I tried to use the innodb_force_recovery flag starts with 1 up to 6, but nothing helps. My InnoDB is destroyed.  (https://dev.mysql.com/doc/refman/8.0/en/forcing-innodb-recovery.html)

Does anybody has any idea how I recover my database?
thanks
Steffen
no, I forgot to make a snapshot of my mysql jail before I upgraded.
yes, now I would do that before...


----------



## Datapanic (Sep 22, 2018)

> Does anybody has any idea how I recover my database?


Restore from your backups!


----------



## hoppel (Sep 22, 2018)

A database is a living system, it changes all the time. I forgot to make a snapshot of my db jail before I upgraded. I did not expect that this happened!

Thanks
Steffen


----------



## max21 (Sep 22, 2018)

The only thing left is to see if freebsd-update rollback do what it say it does.


----------



## ShelLuser (Sep 22, 2018)

hoppel said:


> I updated my FreeBSD 11.1 to 11.2 and it destroys my MySQL 8.0.11 InnoDB. I don't know how and I don't know why, but it does.


How exactly did you upgrade your system? Did you build it from source yourself or did you rely on freebsd-update? Also: the software you're using (such as MySQL): how was that installed? Using the Ports collection or do you rely on binary packages? (so: `# make install clean` or any other building environment v.s. `# pkg install ...`)?

Also: what file system do you use and how sure are you that your disks are still fully healthy?

See, you claim that the upgrade destroyed the SQL server but I don't quite believe that.
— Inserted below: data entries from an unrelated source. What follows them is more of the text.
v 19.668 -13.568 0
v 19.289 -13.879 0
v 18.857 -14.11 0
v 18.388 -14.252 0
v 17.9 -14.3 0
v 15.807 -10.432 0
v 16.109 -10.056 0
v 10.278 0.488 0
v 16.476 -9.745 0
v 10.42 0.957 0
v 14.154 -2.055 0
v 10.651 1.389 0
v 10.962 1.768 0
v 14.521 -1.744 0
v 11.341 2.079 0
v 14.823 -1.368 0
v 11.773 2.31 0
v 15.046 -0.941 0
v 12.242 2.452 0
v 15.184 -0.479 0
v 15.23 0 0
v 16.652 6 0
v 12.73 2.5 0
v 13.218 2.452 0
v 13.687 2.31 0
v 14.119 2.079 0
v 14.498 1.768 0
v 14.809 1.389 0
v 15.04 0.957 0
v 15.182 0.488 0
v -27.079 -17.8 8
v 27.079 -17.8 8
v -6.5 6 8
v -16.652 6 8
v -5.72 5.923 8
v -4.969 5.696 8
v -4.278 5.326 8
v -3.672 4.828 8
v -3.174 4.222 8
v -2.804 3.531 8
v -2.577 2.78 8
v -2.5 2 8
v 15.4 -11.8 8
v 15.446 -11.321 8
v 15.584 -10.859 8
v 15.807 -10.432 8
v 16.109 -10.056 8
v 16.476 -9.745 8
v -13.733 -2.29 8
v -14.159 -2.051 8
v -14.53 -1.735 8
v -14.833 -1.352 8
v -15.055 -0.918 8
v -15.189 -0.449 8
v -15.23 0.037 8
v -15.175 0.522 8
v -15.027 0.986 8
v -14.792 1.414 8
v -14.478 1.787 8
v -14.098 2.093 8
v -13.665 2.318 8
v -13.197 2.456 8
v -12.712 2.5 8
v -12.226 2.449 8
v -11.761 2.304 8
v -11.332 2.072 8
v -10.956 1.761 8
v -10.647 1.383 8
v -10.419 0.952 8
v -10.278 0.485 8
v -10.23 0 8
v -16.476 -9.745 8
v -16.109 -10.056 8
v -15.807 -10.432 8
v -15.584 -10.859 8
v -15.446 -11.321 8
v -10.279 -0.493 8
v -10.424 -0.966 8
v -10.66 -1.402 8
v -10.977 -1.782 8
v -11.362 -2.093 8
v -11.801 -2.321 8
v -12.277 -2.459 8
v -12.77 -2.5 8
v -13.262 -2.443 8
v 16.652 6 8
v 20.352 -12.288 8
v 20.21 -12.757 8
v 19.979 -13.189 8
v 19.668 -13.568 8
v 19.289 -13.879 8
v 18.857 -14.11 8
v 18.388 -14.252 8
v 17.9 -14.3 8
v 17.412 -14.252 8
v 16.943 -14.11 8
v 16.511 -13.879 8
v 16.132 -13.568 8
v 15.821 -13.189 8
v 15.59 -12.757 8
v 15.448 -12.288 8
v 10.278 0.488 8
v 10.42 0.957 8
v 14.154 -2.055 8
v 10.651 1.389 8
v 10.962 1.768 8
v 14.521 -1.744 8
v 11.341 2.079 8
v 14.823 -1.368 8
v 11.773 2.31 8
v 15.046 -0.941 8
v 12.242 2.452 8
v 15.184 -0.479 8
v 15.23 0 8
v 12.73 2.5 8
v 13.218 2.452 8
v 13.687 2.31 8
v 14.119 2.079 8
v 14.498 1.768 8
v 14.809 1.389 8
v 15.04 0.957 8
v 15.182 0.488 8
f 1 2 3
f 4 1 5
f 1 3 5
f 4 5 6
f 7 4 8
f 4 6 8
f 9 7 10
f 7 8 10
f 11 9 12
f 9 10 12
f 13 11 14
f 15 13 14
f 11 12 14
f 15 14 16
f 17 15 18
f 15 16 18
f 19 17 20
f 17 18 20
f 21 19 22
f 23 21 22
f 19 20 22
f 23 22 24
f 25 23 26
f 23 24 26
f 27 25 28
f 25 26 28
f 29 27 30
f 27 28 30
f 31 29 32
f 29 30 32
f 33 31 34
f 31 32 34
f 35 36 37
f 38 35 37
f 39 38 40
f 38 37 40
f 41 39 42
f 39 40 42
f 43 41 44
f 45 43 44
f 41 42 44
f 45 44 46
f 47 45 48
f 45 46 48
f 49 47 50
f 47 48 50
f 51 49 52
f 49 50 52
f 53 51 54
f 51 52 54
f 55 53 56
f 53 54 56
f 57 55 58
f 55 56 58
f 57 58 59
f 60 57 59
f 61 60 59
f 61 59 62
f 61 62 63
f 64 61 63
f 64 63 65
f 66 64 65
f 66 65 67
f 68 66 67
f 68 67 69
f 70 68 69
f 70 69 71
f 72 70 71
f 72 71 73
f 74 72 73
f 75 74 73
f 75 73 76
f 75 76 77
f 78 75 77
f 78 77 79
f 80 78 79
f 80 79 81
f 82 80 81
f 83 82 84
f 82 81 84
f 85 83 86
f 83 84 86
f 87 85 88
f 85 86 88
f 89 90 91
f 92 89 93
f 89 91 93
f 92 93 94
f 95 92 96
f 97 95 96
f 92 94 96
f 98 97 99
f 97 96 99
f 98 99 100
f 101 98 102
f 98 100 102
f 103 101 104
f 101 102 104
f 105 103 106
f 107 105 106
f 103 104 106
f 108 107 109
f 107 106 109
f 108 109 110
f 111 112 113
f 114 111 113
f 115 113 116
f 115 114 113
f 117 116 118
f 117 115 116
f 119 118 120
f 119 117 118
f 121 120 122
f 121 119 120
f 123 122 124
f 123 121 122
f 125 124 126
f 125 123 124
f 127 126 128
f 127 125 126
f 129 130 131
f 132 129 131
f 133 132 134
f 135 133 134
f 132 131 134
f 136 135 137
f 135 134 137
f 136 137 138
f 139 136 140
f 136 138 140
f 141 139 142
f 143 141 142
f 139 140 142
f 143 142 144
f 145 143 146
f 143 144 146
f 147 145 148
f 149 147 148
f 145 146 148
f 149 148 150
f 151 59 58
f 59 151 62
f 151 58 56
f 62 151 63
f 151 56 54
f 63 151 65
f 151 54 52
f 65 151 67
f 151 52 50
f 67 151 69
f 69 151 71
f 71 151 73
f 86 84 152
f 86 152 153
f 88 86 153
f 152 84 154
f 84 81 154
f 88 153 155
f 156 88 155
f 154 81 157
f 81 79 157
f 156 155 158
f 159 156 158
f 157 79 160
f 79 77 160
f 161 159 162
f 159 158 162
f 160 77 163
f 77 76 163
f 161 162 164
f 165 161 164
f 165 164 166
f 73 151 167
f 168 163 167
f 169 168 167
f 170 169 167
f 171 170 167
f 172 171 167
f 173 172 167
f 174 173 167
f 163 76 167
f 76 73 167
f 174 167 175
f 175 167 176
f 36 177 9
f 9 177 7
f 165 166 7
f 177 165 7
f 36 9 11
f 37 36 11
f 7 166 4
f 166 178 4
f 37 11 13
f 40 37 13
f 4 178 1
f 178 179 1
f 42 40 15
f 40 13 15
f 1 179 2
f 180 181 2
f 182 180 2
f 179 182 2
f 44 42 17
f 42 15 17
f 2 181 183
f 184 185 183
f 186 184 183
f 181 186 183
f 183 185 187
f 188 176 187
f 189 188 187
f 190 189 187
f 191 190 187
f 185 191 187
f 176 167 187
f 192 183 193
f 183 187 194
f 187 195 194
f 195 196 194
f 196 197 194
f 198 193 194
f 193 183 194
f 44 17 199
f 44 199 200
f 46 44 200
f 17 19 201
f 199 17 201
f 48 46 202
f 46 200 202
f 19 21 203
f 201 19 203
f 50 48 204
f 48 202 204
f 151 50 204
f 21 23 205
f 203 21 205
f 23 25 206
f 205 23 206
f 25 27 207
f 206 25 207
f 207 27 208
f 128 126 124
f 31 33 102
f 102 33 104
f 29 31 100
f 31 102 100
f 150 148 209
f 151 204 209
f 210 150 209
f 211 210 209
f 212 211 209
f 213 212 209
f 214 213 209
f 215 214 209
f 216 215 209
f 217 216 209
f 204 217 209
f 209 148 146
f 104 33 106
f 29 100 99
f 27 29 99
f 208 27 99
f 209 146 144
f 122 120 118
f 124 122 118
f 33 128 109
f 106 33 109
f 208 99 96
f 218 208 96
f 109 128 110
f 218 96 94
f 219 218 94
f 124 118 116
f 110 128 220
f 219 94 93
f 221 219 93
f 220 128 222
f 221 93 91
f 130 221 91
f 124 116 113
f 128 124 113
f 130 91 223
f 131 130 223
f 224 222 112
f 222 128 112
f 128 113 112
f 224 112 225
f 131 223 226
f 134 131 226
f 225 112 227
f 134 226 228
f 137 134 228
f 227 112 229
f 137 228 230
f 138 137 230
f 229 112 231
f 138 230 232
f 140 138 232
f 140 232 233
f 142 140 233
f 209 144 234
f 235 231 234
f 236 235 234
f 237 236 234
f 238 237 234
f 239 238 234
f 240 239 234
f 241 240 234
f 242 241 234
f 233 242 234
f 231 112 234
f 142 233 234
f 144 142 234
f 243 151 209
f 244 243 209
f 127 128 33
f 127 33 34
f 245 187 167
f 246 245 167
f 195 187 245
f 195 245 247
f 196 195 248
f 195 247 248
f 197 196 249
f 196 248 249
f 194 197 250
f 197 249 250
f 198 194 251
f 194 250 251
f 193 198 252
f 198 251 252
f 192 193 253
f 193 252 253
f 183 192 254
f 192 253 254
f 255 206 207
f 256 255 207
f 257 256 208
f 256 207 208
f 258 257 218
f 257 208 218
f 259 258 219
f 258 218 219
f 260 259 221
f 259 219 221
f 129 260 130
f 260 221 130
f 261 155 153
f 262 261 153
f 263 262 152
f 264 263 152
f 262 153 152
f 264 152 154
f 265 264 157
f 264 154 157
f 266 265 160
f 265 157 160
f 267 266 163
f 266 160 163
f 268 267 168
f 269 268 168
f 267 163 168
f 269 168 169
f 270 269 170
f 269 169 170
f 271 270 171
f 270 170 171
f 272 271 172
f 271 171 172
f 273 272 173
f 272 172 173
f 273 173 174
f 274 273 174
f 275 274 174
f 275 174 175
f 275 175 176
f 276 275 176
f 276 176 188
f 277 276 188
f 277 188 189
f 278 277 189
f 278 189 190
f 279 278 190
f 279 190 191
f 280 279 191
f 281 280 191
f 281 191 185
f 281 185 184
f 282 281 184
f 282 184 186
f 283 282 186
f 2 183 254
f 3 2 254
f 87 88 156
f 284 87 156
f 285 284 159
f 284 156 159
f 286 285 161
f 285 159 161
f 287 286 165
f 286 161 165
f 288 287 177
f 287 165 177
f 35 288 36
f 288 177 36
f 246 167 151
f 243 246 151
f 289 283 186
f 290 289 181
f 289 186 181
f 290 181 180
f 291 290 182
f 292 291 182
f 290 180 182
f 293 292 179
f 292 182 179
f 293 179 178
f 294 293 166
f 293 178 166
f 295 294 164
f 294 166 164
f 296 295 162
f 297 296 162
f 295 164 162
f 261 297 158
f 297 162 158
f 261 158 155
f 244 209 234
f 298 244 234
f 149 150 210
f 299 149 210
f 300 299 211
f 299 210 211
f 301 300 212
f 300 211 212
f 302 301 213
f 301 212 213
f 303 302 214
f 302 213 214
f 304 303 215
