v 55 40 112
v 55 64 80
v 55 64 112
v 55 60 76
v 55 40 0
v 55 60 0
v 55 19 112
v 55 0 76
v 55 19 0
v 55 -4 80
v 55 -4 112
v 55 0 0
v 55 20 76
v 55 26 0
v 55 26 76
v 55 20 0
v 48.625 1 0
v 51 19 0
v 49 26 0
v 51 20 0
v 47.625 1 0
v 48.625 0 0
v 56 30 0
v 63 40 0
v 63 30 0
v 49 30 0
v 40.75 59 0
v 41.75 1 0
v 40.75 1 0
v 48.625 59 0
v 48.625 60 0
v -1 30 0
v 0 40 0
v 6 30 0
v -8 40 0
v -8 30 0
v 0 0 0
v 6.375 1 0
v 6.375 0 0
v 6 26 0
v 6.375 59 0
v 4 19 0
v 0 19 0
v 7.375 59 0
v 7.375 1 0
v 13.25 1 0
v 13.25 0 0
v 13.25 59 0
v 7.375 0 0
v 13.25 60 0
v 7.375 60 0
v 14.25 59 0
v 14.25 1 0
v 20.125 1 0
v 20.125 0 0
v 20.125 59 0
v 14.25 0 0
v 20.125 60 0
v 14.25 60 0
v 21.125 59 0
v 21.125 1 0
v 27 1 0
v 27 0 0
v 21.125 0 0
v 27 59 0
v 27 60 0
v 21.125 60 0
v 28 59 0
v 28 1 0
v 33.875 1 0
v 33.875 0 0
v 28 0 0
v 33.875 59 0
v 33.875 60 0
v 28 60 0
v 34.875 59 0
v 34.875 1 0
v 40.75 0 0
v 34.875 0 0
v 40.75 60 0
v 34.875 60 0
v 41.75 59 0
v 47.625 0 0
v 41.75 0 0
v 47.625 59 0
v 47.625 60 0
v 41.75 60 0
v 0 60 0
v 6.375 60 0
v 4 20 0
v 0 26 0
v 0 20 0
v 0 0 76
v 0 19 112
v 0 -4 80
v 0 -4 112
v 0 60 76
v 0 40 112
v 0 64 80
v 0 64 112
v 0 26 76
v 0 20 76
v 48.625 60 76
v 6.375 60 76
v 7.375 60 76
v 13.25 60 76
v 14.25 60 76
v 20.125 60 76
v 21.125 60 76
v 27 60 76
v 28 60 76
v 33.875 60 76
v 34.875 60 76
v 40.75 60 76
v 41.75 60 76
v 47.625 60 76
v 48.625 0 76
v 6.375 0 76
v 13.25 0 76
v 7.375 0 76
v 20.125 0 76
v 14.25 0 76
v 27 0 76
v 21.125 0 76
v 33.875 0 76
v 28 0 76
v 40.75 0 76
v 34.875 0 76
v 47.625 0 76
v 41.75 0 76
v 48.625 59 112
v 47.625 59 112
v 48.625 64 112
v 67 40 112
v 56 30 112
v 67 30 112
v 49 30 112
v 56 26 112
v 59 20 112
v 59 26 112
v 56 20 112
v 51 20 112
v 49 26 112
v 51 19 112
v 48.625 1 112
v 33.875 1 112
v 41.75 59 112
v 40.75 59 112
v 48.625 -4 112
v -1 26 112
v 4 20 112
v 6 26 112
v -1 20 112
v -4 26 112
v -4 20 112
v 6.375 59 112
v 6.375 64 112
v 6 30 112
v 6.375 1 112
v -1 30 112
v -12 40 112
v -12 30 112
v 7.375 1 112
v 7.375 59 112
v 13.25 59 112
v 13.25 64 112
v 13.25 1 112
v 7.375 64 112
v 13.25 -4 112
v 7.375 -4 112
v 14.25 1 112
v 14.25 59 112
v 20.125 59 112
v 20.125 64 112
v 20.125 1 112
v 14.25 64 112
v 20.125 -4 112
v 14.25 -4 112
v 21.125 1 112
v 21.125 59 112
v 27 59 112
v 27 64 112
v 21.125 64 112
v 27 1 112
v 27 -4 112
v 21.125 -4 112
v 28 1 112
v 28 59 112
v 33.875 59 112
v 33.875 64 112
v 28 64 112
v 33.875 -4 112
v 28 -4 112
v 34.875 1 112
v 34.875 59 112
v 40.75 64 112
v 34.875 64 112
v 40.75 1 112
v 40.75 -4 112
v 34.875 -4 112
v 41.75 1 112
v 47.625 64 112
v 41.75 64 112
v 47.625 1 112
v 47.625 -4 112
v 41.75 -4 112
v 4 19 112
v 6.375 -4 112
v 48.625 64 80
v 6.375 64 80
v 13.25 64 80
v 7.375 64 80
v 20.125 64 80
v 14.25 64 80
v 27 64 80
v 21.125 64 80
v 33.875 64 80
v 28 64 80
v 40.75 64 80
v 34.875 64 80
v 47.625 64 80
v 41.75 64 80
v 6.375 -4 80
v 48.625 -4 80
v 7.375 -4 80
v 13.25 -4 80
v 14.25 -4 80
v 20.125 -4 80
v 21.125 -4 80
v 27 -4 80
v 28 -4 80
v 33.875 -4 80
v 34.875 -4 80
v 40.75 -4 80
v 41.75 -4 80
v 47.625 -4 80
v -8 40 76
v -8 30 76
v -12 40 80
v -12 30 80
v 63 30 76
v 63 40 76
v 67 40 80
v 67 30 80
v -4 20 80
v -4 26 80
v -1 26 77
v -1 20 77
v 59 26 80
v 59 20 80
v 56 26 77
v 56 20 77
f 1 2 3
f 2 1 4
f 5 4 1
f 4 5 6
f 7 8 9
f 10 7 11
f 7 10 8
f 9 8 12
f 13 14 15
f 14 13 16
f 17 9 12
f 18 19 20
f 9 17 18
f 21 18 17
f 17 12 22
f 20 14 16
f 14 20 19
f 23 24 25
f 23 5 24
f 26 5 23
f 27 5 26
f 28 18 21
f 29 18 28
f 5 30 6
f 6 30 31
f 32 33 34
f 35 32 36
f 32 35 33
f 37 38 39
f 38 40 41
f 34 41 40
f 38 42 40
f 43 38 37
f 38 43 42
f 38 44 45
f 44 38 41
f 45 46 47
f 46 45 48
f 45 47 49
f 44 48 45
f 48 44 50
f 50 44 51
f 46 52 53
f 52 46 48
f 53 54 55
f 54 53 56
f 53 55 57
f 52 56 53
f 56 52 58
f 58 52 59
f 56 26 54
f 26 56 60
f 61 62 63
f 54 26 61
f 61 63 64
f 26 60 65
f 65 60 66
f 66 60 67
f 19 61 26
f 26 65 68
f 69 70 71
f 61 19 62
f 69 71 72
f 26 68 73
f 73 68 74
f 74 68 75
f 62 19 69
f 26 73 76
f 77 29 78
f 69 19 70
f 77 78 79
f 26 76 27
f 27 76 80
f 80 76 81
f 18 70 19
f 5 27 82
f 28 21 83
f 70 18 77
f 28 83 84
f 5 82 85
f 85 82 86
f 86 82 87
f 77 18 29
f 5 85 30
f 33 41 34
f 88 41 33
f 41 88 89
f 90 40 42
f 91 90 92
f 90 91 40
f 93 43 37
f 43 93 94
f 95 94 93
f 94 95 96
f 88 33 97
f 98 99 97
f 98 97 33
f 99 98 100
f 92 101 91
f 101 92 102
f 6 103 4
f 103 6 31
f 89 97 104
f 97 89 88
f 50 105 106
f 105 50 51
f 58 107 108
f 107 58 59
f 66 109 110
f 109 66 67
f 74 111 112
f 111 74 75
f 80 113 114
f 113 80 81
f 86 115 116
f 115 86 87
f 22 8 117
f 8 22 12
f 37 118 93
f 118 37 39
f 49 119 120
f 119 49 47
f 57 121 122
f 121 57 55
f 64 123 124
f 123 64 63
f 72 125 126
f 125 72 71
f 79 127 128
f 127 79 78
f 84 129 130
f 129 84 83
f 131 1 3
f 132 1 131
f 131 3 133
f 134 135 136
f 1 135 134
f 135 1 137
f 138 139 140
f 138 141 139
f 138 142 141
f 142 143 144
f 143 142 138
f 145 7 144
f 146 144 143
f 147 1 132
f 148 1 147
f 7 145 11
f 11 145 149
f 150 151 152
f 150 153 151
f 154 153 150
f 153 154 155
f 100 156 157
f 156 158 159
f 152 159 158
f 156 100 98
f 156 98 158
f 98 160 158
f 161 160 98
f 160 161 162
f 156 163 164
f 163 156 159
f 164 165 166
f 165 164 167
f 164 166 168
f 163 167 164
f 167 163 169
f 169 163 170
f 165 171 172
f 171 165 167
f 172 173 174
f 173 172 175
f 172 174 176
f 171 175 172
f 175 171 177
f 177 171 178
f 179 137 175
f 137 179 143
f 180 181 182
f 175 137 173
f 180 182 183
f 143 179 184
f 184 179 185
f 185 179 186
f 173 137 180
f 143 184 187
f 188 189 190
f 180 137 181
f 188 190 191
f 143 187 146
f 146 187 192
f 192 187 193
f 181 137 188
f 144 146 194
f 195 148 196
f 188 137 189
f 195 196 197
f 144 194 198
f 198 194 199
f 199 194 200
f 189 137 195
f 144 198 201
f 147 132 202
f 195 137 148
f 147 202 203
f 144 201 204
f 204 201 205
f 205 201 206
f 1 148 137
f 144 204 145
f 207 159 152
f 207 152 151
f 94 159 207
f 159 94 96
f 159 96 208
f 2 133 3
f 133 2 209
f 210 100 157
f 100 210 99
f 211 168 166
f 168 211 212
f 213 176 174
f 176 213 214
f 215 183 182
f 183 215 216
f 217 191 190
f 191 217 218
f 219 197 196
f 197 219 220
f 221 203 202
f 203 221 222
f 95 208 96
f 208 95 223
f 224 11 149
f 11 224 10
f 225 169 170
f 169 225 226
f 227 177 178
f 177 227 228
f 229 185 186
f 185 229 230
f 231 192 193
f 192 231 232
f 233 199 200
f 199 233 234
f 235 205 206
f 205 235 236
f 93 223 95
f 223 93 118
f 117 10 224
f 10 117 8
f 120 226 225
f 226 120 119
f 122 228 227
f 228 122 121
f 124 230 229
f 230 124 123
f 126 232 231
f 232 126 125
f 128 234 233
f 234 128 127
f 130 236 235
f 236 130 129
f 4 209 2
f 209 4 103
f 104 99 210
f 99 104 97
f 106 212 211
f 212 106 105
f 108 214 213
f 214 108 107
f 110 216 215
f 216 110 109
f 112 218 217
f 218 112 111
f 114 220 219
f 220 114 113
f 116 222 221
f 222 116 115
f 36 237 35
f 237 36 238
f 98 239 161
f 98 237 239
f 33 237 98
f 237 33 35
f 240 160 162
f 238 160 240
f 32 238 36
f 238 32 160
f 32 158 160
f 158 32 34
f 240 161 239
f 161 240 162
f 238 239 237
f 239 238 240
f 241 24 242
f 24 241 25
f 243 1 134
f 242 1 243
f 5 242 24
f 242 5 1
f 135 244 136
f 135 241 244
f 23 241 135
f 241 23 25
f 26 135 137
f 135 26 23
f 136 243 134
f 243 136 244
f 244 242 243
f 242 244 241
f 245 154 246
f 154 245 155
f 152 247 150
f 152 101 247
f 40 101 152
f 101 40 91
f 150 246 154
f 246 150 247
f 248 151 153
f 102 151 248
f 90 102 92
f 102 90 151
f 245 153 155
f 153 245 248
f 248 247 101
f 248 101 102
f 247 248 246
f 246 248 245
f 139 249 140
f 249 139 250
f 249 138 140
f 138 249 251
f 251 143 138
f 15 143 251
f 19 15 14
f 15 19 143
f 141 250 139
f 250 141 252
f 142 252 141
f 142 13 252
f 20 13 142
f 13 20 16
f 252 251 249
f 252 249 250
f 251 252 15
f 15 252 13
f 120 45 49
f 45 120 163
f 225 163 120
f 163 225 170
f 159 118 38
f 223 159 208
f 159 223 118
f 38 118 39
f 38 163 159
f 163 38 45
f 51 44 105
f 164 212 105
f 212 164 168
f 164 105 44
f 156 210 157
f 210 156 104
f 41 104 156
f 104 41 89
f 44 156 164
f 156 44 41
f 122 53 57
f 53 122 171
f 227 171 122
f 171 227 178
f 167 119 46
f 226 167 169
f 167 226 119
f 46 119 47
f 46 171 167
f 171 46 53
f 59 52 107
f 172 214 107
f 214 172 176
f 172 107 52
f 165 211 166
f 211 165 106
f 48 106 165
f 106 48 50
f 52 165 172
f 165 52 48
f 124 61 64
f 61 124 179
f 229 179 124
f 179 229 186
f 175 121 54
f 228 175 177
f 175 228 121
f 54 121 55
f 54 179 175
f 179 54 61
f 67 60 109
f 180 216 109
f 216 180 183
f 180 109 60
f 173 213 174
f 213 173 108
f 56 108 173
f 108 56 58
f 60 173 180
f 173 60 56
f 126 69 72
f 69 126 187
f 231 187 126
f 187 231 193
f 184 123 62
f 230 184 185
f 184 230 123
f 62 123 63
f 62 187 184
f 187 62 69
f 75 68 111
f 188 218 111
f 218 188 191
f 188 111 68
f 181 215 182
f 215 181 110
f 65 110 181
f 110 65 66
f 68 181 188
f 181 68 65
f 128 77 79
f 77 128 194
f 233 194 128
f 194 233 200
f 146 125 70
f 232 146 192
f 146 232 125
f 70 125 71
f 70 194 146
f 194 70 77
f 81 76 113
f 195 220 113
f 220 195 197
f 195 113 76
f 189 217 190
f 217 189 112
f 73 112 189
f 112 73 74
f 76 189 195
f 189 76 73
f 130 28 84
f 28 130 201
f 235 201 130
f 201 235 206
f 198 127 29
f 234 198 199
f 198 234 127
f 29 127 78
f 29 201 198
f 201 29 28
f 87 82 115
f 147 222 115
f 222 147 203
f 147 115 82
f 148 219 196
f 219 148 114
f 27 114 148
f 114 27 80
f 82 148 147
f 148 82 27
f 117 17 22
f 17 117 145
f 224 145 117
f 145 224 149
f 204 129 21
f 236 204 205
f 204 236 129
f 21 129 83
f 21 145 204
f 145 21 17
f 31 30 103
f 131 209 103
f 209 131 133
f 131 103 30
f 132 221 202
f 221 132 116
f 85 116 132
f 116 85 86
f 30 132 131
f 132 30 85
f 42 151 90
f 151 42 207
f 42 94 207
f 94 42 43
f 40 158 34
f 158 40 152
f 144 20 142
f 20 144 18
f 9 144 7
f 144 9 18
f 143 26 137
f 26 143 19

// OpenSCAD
//Base Height
b_height = 80;

//Top Height
t_height = 32;

//Building Depth
length = 60;

//Building Width
width = 55;

//Building Overhang
overhang = 4;

//Cuts in Building
cuts = 7;

//Cut Width
cut_width = 1;

//Cut Depth
cut_depth =5;

//Large Side Fin width
finL_width = 8;

//Large Side Fin length
finL_length = 10;

//Large Side Fin Recess
finL_recess = 30;

//Large Side Fin Overhang
finL_overhang = 4;

//Small Side Fin width
finS_width = 0;

//Small Side Fin Length
finS_length = 6;

//Small Side Fin Recess
finS_recess = 20;

//Small Side Fin Overhang
finS_overhang = 4;

//Large Side Cut Width
cutS_width = 4;

//Small Side Cut Length
cutS_length = 1;

//Large Side Cut Width
cutL_width = 6;



difference()
{
     union() //Main Body
     {
            { //Basic Structure
            
        cube([width,length,b_height]); //Bottom Structure
        translate([0,-overhang,b_height]) cube([width,length+overhang*2,t_height]); //Top Structure
        }
        
            { //Front and Back Overhang Chamfers
        translate([0,0,b_height-overhang]) //Front Overhang Chamfer
               rotate([45,0,0]) 
               cube([width,sqrt(2*(pow(overhang,2))),sqrt(2*(pow(overhang,2)))]);

        translate([0,length,b_height-overhang]) //Back Overhang Chamfer
            rotate([45,0,0]) 
            cube([width,sqrt(2*(pow(overhang,2))),sqrt(2*(pow(overhang,2)))]);
        }
        
        
        
        
        
            { //Large side Fins
            
        translate([-finL_width,finL_recess,0]) //Left Fin Lower 
        cube([finL_width,finL_length,b_height]);
        translate([-finL_width-finL_overhang,finL_recess,b_height]) //Left Fin Upper 
        cube([finL_width+finL_overhang,finL_length,t_height]);
        
        translate([-finL_overhang-finL_width,finL_recess,b_height]) //Left Fin Overhang Chamfer
        rotate([0,45,0]) 
        cube([sqrt(2*(pow(finL_overhang,2))),finL_length,sqrt(2*(pow(finL_overhang,2)))]);
        
        translate([width,finL_recess,0]) //Right Fin Lower 
        cube([finL_width,finL_length,b_height]);
        translate([width,finL_recess,b_height]) //Right Fin Upper 
        cube([finL_width+finL_overhang,finL_length,t_height]);
        
        translate([width+finL_width-finL_overhang,finL_recess,b_height]) //Right Fin Overhang Chamfer
        rotate([0,45,0]) 
        cube([sqrt(2*pow(finL_overhang,2)),finL_length,sqrt(2*pow(finL_overhang,2))]);
            
        }
        
            { //Small side Fins
            
        translate([-finS_width,finS_recess,0]) //Left Fin Lower 
        cube([finS_width,finS_length,b_height]);
        translate([-finS_width-finS_overhang,finS_recess,b_height]) //Left Fin Upper 
        cube([finS_width+finS_overhang,finS_length,t_height]);
        
        translate([-finS_overhang-finS_width,finS_recess,b_height]) //Left Fin Overhang Chamfer
        rotate([0,45,0]) 
        cube([sqrt(2*(pow(finS_overhang,2))),finS_length,sqrt(2*(pow(finS_overhang,2)))]);
        
        translate([width,finS_recess,0]) //Right Fin Lower 
        cube([finS_width,finS_length,b_height]);
        translate([width,finS_recess,b_height]) //Right Fin Upper 
        cube([finS_width+finS_overhang,finS_length,t_height]);
        
        translate([width+finS_width-finS_overhang,finS_recess,b_height]) //Right Fin Overhang Chamfer
        rotate([0,45,0]) 
        cube([sqrt(2*pow(finS_overhang,2)),finS_length,sqrt(2*pow(finS_overhang,2))]); 
            
        }
     }

     for (i=[1:1:7]) // Cuts in front and back of building
     {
I'm pretty convinced that what happened here is that the upgrade merely revealed a lingering problem on your server which now manifested itself through a corrupted database. Backups are definitely your first line of defense, but depending on the reason (or cause) of the problem there might be another solution (though that seems unlikely to be honest).


----------



## scottro (Sep 22, 2018)

Are you sure the database itself is destroyed?  As the kernel is still for 11.1 for a few more weeks,I think (and this didn't make it into ports UPDATING), some programs (VirtualBox and NVidia are the ones I know of) were broken, sometimes affecting the whole system, if you upgraded by package. In those two cases, the problem was fixed by upgrading from ports. 
I would think with something as widely used as MySQL, if it had the same problem, we'd have heard about it by now, but still, if you upgraded it by package, it may be worth a shot.  

And yes, I suspect everyone has at one time, whether through arrogance or negligence, forgotten to make backups before an upgraded, and regretted it.


----------



## VladiBG (Sep 22, 2018)

https://bugs.mysql.com/bug.php?id=90881


----------



## hoppel (Sep 23, 2018)

Tomorrow, I’m writing more. I used freebsd-update ugrade -r command. After rebooting the system the database jail was corrupted. That makes no sense. But that is what happend. I did not changed the database jail. Now I restored an older version of my database in the same jail. Now it’s running. Not the best solution. It would be nice if I could restore the corrupted database. I’m going to check the hardware. Thanks for this idea  

Steffen


----------



## Datapanic (Sep 23, 2018)

Check out Percona's databases/xtrabackup and for that matter, Percona's version of mysql databases/percona56-server.   There is also a 5.7 version databases/percona57-server 

I don't recommend the plain old Oracle MySQL server for anything.  If you ever had to deal with Oracle support, you know.


----------